# My ribs drama continues...with Q/view



## tndawg (Sep 23, 2009)

Another frustrating day!!!! Picked up another package of the same ribs from Monday. I have decided that the ribs are CRAP!!!!! I smoked these for about 5 hours at 210-250 on the newly installed, verified-accurate temperature gauge. 

What I found is that the meat is filled with gristle. In the pic below, you can see almost 2 different sides of the meat. The side above the gristle line is full of fat and inedible. The side below is fine. Tastes great, juicy, etc.

Obviously, I will NOT be buying that brand of ribs again! I also threw on some peppers that were ready to be picked, and a yellow potato that was left over from a pot roast. The potato was pretty dang good, and the peppers are in the dehydrator!!!

I did have one issue with the smoker. During the smoke portion, the temp held right at 210-220. After the wood quit smoking, it ramped up to a little over 250. The only way I could get it back down was to leave the bottom door wide open. Any suggestion would be greatly appreciated!!!!!


----------



## danbury (Sep 23, 2009)

Can't comment on your pit, although I have the larger version but never used it for ribs.
I would suggest go to Sam's Club if you have one for your ribs or if you have a local butcher shop.
DO NOT use the ones from a regular Super Walmart as most always they are injected with crap that will make your ribs taste like salty ham.

Didn't see if you removed the membrane or not, but if you did not.. you need to take that off.  There are posts and stickies available here on how to do that.


----------



## fishawn (Sep 23, 2009)

Everything looks good/right except the ribs to me. I have never gottten a "bad" rack before, so I'm not sure what to compare them to. I get mine most of the time at Costco & they are always good.


----------



## alx (Sep 23, 2009)

I usually buy spareribs and trim st. louis style.They end up about 2 pounds trimmed.The trimming can be smoked with ribs or sausage etc.

those are ROUGH looking to start with-as you mentioned



6 i did for a garden work party-hang in there....

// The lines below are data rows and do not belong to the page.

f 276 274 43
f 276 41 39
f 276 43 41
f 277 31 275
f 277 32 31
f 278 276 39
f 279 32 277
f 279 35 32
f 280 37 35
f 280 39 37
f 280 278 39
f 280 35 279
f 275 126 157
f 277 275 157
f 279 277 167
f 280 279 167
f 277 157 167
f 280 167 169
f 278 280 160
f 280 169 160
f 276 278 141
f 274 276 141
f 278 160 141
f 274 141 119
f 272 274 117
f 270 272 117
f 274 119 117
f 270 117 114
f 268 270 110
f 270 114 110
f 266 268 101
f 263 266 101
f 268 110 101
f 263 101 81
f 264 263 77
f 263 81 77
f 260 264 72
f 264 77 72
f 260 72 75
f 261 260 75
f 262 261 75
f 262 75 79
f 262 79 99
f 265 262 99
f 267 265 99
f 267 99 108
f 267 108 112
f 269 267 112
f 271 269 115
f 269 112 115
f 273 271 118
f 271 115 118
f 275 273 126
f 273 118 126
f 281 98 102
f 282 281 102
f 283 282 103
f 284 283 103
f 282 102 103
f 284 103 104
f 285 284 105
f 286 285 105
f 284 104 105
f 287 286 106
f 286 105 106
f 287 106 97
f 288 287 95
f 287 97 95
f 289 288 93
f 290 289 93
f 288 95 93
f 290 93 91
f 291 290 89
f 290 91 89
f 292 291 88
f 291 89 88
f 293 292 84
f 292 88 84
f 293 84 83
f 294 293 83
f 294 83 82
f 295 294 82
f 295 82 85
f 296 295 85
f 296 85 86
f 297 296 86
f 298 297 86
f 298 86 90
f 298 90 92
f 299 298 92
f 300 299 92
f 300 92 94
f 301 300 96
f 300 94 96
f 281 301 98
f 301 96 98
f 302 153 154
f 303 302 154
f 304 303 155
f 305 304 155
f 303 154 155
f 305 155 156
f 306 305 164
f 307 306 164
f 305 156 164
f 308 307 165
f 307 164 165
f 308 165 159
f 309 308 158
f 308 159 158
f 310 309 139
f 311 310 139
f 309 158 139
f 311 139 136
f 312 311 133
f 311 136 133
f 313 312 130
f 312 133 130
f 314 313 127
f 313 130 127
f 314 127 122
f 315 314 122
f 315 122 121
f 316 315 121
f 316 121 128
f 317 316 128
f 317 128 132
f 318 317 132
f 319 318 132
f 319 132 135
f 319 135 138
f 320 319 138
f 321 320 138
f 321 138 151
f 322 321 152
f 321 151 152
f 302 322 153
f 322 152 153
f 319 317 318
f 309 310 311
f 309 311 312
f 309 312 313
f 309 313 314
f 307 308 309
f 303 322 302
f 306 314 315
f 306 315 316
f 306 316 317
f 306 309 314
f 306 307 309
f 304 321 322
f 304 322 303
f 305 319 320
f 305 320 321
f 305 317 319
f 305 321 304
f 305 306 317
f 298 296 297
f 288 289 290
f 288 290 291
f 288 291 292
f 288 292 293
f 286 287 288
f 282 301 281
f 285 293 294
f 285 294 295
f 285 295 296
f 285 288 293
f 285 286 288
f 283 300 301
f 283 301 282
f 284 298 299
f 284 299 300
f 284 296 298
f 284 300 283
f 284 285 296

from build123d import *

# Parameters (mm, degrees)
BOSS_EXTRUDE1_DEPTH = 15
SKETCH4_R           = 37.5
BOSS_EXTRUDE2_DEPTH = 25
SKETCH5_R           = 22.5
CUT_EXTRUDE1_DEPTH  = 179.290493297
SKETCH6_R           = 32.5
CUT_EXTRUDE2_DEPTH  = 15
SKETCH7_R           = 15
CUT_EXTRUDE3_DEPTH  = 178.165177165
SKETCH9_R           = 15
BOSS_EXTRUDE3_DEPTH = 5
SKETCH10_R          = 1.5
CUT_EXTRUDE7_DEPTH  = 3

foiled with some honey,cane sugar,onion powder


----------



## mballi3011 (Sep 23, 2009)

I don't know where you used to buy your ribs but I don't think I would buy them anymore. I'm with alex the ones I buy look like the ones alex has pictured nice and big not trimmed because usually the trimmed ribs are usually cost more anyway. Find a new store if you can


----------



## zeeker (Sep 23, 2009)

I agree with ALX. All the best


----------



## rickw (Sep 23, 2009)

Same here, I agree with Zeek


----------



## ddave (Sep 23, 2009)

I disagree . . . but only slightly.
	

	
	
		
		



		
		
	


	





  I wouldn't call them rough, I'd call them scary.
	

	
	
		
		



		
		
	


	





I buy babybacks all the time and those are some pretty scary looking ribs to me.  I'd definitely find a different source for ribs.

Dave


----------



## ronp (Sep 23, 2009)

Out of the thousands of slabs I have seen in my days those are the worst I have ever seen. Where did you get them? I would have taken them back. 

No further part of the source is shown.